Items from a data source
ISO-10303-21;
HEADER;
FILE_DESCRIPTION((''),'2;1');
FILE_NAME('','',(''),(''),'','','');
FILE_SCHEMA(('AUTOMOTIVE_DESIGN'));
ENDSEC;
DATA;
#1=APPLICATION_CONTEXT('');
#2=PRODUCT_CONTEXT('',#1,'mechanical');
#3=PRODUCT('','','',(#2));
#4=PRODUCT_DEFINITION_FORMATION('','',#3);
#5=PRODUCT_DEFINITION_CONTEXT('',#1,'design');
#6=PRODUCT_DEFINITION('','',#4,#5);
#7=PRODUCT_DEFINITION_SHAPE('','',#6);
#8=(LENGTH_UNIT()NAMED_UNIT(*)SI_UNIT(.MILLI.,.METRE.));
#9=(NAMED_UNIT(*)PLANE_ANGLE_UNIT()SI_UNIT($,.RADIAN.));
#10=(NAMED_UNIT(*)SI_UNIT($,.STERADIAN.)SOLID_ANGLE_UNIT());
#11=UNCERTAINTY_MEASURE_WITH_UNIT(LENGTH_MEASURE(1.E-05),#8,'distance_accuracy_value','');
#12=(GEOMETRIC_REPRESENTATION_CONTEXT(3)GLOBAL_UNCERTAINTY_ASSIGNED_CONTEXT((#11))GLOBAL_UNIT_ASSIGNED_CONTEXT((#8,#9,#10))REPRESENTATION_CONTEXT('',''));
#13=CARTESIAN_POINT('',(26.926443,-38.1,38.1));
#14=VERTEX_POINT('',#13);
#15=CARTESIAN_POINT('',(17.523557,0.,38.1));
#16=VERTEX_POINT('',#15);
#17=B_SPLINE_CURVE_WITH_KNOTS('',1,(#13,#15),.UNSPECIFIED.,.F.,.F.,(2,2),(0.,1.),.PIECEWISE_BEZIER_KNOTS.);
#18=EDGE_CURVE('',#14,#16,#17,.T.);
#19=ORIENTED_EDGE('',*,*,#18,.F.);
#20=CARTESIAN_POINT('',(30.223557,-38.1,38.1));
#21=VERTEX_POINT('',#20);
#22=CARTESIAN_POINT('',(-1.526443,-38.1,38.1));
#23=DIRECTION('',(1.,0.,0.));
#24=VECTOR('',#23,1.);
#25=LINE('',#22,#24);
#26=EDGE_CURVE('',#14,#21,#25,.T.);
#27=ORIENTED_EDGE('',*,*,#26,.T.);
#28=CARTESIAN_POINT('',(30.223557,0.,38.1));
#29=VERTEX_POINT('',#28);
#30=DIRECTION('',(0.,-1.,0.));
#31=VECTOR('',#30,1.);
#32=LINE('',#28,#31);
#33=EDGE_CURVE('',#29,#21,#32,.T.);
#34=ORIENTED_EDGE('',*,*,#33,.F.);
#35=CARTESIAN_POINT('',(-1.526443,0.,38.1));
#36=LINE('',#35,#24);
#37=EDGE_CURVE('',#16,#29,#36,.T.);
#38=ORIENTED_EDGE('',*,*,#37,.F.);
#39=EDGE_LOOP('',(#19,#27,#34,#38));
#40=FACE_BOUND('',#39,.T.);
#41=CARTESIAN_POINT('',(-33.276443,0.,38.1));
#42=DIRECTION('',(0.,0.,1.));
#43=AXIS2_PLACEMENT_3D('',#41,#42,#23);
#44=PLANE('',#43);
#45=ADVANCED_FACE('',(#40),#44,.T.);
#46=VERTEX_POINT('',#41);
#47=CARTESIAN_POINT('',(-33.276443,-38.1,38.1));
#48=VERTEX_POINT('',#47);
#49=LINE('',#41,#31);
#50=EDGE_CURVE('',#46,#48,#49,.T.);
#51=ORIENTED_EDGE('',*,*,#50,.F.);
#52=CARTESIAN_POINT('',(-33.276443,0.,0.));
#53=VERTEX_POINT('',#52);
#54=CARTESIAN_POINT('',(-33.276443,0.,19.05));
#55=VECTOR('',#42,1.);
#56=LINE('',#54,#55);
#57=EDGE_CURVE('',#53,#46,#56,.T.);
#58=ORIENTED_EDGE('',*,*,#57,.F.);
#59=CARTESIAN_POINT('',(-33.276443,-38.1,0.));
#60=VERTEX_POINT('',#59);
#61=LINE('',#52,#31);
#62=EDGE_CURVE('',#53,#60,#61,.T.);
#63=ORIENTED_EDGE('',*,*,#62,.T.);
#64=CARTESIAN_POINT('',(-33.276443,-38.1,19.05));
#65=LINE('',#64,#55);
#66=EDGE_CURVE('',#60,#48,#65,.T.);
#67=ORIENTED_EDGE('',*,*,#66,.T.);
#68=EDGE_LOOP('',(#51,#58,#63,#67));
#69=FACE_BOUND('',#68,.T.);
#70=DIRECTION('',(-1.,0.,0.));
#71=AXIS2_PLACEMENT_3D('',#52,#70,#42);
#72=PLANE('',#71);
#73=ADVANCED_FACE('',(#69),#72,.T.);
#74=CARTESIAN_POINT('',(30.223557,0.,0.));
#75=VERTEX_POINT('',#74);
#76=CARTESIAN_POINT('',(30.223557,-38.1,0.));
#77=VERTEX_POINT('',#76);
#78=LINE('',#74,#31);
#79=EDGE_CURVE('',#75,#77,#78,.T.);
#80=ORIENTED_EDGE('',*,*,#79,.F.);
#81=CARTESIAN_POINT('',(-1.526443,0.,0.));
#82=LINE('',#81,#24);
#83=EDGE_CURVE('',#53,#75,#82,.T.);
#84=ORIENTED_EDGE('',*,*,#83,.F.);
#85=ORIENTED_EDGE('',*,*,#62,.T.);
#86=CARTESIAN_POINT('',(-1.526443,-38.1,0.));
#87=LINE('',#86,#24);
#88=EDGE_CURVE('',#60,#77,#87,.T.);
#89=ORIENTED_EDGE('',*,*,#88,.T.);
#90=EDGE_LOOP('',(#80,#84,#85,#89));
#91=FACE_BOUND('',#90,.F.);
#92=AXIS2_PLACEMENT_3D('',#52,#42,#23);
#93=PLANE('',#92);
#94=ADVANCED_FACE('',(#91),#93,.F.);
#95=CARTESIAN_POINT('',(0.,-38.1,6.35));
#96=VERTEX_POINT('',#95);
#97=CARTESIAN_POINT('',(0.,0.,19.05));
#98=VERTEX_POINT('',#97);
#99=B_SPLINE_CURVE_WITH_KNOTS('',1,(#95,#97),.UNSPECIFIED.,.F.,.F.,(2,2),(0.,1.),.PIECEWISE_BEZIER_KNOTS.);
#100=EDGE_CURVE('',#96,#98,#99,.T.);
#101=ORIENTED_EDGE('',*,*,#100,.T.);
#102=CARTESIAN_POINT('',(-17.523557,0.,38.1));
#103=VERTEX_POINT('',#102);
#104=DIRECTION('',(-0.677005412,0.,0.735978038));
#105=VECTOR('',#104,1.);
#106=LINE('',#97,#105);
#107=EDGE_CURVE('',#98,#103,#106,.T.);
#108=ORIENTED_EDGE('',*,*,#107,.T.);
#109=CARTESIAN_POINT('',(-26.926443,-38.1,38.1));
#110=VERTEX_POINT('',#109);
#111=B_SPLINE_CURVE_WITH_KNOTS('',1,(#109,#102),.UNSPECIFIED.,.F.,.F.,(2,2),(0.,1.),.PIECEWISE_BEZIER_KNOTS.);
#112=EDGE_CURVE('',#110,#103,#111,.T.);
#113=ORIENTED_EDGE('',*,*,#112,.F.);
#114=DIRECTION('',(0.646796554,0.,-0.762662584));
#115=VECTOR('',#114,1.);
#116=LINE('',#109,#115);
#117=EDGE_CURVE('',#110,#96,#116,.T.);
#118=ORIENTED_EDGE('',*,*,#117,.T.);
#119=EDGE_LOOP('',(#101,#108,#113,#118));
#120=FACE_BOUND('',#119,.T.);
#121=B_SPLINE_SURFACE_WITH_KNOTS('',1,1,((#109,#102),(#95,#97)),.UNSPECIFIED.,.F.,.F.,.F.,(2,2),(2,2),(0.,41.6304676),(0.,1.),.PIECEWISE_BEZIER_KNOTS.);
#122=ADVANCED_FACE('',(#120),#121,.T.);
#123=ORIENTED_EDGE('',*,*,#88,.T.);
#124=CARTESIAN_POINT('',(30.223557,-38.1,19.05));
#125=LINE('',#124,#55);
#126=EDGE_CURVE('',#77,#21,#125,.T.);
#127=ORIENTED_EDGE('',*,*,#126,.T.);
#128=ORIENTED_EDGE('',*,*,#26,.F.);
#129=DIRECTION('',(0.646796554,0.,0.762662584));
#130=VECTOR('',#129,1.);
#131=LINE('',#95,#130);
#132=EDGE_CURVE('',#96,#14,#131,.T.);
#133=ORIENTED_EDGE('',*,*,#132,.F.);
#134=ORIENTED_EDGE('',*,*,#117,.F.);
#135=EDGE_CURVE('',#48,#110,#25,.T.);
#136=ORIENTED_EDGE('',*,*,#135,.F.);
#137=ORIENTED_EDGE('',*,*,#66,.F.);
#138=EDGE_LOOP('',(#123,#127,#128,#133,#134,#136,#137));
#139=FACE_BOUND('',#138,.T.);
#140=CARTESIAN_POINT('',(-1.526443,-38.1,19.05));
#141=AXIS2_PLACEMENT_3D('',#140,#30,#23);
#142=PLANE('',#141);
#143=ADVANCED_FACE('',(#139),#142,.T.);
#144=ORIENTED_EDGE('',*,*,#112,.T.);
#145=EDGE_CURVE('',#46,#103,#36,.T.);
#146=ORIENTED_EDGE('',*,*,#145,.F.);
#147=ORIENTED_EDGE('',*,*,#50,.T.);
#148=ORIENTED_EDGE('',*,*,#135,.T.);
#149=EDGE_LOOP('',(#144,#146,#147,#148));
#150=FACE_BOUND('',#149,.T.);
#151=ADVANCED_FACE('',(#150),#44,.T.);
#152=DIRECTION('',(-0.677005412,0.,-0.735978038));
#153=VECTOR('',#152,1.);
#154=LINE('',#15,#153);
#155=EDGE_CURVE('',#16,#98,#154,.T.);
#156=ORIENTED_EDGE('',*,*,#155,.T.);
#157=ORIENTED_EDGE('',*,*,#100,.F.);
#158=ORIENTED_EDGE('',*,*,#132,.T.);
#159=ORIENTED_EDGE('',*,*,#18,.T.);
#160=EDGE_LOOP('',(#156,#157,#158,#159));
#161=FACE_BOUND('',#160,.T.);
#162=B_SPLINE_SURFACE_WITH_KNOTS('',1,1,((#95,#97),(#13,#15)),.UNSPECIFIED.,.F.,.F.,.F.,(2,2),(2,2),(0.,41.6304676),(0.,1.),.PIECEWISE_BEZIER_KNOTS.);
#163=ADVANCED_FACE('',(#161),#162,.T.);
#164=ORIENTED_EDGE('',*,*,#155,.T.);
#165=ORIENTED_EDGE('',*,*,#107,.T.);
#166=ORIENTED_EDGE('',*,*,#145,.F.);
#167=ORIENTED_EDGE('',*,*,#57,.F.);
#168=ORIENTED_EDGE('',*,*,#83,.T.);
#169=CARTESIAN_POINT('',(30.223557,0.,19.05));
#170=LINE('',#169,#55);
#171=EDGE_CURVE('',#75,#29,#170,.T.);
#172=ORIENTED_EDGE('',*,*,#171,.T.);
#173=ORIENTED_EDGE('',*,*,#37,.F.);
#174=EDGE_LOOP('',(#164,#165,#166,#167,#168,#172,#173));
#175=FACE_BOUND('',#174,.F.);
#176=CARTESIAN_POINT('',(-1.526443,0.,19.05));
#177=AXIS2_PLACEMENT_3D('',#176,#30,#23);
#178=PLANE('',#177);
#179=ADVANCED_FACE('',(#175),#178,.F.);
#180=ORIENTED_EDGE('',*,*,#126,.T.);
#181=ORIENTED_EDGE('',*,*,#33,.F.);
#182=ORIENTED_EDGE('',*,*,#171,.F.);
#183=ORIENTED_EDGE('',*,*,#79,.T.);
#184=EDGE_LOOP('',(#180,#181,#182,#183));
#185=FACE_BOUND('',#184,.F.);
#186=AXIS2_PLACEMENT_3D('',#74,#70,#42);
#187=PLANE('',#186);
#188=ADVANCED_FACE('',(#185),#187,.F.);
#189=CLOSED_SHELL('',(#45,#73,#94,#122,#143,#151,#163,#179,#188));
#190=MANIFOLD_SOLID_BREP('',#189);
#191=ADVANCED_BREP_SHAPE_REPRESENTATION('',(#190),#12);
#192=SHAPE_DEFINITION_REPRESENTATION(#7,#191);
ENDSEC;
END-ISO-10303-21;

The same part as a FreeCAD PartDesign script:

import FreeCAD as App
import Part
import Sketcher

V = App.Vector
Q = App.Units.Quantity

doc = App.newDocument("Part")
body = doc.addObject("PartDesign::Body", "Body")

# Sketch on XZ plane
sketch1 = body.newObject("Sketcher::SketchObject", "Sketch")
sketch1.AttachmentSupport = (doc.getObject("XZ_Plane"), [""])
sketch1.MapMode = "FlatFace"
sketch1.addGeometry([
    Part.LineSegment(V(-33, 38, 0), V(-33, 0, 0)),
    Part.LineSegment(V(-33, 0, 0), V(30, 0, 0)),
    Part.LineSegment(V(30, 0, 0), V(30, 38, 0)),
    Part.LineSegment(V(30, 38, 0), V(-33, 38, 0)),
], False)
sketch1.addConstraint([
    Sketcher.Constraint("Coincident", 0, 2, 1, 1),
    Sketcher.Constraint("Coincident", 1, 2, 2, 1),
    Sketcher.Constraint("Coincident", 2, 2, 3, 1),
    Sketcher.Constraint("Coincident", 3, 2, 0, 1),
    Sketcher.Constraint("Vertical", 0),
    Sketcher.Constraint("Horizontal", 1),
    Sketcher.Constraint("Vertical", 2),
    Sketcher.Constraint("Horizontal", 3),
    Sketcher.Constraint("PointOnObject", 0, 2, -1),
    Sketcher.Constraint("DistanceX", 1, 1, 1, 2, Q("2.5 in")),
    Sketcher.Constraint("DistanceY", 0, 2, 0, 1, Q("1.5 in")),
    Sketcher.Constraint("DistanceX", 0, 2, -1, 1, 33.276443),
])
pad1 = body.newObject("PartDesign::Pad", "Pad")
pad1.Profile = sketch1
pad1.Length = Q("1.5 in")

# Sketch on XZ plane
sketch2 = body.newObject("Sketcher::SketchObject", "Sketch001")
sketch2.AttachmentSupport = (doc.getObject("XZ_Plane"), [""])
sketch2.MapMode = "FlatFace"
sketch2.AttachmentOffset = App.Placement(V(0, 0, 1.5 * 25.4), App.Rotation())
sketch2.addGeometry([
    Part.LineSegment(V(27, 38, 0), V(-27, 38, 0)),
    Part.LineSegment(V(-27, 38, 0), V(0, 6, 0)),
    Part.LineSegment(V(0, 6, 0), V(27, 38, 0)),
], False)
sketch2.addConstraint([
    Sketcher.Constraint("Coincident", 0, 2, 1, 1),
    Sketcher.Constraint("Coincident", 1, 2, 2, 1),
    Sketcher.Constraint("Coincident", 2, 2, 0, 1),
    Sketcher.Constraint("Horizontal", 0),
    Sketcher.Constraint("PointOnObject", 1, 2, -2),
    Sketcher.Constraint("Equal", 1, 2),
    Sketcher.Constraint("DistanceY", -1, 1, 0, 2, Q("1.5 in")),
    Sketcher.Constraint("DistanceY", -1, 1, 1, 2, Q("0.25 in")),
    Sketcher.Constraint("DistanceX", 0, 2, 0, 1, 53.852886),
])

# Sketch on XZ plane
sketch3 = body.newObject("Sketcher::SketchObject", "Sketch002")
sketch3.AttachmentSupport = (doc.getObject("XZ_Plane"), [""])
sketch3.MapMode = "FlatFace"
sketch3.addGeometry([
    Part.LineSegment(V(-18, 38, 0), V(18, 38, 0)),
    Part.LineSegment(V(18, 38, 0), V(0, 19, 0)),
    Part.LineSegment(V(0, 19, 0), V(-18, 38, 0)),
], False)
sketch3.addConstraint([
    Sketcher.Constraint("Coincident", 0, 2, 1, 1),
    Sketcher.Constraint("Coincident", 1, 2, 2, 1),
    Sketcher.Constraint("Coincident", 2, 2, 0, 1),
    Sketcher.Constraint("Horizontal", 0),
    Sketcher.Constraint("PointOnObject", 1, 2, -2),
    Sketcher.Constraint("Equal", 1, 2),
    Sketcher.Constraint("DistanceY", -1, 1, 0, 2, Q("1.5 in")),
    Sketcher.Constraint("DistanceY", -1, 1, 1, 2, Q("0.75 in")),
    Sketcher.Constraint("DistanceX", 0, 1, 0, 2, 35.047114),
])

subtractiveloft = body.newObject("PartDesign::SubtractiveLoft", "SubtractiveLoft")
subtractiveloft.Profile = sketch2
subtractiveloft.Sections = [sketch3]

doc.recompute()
* * *
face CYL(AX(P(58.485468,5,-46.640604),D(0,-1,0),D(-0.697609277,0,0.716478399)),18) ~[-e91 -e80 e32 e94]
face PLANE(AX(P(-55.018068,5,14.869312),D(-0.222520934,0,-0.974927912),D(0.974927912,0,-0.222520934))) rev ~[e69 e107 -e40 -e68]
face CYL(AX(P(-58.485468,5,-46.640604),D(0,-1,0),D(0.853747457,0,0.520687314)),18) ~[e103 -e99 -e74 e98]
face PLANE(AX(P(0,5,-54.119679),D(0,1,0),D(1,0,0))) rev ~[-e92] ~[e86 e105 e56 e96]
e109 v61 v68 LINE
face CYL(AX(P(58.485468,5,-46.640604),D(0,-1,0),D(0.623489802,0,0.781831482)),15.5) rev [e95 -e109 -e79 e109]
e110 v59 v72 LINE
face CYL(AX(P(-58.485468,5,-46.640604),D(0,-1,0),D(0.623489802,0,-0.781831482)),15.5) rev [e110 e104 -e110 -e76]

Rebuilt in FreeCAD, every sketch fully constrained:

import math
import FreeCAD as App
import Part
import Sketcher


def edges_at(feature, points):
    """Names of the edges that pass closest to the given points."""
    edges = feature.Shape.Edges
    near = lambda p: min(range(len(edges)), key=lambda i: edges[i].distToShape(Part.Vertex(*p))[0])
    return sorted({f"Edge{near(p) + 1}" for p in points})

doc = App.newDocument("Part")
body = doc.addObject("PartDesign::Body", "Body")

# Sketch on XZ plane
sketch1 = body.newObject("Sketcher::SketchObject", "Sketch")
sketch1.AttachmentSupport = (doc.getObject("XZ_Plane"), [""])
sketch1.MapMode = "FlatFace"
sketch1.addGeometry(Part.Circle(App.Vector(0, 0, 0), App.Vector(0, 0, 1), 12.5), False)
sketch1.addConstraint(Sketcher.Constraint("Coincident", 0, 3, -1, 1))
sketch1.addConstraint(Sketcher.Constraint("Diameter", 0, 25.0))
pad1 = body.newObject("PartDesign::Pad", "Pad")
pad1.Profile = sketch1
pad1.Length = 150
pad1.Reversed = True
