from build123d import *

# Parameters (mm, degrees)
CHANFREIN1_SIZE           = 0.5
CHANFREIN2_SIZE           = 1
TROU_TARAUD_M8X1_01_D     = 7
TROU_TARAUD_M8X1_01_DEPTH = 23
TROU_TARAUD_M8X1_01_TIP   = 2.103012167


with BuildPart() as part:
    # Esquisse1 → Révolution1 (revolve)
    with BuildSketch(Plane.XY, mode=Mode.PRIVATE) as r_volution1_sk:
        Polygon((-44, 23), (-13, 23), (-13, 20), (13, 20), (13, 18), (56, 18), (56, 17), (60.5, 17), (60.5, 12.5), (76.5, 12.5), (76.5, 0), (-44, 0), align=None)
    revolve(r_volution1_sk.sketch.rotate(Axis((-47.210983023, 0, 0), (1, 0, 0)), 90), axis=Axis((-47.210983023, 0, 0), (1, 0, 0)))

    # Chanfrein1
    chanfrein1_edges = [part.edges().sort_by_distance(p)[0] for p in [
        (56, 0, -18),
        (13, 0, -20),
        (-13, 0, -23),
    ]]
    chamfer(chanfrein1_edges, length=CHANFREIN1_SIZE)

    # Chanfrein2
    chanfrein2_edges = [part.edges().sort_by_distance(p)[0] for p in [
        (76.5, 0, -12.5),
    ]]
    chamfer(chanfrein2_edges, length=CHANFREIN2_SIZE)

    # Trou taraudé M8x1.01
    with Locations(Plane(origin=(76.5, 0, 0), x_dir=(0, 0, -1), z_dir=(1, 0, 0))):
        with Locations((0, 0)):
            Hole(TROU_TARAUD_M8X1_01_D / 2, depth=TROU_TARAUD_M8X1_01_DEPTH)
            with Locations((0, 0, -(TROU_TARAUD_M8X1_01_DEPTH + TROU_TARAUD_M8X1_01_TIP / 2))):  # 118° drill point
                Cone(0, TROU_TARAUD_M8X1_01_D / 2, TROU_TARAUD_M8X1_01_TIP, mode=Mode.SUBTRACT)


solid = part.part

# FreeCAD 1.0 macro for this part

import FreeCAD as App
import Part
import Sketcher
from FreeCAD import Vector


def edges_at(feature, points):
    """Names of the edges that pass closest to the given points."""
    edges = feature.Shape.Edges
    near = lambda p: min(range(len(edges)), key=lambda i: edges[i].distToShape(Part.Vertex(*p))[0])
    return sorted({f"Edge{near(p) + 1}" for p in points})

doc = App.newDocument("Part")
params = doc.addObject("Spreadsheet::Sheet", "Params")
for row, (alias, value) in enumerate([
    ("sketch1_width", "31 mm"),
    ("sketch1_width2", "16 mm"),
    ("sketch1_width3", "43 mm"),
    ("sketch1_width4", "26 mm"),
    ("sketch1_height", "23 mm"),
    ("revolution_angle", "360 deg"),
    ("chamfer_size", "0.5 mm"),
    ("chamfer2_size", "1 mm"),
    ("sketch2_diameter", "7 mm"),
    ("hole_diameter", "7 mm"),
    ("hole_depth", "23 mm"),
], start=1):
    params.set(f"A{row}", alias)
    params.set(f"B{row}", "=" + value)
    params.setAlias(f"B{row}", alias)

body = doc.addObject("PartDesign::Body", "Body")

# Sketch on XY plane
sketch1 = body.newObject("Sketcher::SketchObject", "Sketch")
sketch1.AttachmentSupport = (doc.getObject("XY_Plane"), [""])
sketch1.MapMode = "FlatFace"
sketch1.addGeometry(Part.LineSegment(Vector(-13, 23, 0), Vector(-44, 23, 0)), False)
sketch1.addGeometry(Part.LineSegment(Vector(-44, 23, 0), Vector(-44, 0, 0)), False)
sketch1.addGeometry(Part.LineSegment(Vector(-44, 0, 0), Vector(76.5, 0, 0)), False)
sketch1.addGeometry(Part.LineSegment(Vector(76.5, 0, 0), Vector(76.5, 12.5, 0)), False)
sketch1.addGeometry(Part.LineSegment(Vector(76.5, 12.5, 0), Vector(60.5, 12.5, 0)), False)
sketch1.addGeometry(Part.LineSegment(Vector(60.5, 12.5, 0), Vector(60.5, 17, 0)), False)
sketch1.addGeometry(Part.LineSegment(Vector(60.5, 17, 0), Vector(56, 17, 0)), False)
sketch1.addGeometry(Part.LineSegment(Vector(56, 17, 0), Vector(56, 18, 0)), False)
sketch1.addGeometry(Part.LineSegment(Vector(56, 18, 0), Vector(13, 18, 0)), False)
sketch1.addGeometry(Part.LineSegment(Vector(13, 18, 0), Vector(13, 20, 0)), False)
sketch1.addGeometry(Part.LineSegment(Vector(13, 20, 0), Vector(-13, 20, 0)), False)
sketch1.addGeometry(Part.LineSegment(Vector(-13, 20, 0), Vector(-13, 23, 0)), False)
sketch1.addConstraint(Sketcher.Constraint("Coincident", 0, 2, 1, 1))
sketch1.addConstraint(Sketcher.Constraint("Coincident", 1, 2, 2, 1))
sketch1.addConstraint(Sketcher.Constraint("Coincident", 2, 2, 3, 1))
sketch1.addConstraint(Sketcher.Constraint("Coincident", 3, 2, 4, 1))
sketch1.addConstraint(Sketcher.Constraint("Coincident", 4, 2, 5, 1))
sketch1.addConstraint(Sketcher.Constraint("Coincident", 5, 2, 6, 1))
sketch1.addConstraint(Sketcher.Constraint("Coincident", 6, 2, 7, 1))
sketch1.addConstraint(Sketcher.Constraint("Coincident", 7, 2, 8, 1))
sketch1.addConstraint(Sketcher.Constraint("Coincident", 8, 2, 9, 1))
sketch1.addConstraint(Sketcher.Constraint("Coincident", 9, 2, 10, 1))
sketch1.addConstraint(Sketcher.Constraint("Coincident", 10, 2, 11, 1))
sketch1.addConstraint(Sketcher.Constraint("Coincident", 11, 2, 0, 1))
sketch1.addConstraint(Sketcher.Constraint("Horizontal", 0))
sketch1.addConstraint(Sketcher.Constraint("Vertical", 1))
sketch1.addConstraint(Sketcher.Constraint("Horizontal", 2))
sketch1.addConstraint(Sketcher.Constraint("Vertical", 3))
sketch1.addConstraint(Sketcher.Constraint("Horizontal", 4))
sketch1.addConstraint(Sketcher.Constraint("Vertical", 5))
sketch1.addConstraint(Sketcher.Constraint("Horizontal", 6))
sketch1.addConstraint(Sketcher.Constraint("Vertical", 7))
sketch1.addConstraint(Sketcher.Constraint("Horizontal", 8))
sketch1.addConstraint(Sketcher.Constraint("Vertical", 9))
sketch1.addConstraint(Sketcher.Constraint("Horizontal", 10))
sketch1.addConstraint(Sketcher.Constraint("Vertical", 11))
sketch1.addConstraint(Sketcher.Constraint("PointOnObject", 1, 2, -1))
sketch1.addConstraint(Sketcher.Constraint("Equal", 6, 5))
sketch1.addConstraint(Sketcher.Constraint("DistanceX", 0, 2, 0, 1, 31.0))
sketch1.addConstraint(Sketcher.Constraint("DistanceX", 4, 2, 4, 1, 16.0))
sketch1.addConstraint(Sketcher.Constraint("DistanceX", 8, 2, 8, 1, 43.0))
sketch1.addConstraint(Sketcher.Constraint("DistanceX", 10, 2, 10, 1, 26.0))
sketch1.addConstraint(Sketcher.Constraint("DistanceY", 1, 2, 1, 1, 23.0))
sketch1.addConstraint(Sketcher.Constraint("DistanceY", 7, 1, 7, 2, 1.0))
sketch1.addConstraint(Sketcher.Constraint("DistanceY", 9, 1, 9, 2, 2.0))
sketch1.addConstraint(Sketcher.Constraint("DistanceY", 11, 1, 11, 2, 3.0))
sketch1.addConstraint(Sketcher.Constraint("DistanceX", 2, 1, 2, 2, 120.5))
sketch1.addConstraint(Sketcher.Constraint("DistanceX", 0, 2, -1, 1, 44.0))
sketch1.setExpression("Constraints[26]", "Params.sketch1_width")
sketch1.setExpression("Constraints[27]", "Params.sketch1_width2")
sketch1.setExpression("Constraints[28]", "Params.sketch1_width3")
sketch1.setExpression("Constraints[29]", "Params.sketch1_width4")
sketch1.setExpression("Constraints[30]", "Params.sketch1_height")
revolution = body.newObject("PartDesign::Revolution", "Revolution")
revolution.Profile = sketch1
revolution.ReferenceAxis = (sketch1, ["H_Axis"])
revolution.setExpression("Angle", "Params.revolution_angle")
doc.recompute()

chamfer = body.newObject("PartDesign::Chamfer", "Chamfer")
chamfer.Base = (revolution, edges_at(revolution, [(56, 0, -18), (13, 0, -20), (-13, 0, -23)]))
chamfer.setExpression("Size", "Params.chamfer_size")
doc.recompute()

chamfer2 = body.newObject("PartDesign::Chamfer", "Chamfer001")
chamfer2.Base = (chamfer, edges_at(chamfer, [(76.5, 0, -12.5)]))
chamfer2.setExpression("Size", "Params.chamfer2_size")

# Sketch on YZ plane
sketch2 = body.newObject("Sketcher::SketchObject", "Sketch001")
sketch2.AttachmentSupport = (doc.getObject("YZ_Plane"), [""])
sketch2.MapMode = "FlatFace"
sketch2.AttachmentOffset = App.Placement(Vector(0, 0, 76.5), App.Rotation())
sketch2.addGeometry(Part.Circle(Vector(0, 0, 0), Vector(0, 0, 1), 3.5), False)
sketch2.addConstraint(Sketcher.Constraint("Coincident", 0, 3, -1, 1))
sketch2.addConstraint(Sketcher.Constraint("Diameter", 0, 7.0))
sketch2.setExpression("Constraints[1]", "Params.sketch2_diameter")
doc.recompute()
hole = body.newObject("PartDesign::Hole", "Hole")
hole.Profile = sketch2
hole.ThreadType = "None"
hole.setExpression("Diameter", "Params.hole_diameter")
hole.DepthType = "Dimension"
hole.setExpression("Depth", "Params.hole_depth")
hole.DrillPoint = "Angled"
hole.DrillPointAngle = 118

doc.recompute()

• _Directions for this task_
Of the entries above, transcribe exactly those lines that fall between the line containing "#20=CARTESIAN_POINT('',(30.223557,-38.1,38.1));" and the line containing "#37=EDGE_CURVE('',#16,#29,#36,.T.);", together with those two lines.

• _Task result_
#20=CARTESIAN_POINT('',(30.223557,-38.1,38.1));
#21=VERTEX_POINT('',#20);
#22=CARTESIAN_POINT('',(-1.526443,-38.1,38.1));
#23=DIRECTION('',(1.,0.,0.));
#24=VECTOR('',#23,1.);
#25=LINE('',#22,#24);
#26=EDGE_CURVE('',#14,#21,#25,.T.);
#27=ORIENTED_EDGE('',*,*,#26,.T.);
#28=CARTESIAN_POINT('',(30.223557,0.,38.1));
#29=VERTEX_POINT('',#28);
#30=DIRECTION('',(0.,-1.,0.));
#31=VECTOR('',#30,1.);
#32=LINE('',#28,#31);
#33=EDGE_CURVE('',#29,#21,#32,.T.);
#34=ORIENTED_EDGE('',*,*,#33,.F.);
#35=CARTESIAN_POINT('',(-1.526443,0.,38.1));
#36=LINE('',#35,#24);
#37=EDGE_CURVE('',#16,#29,#36,.T.);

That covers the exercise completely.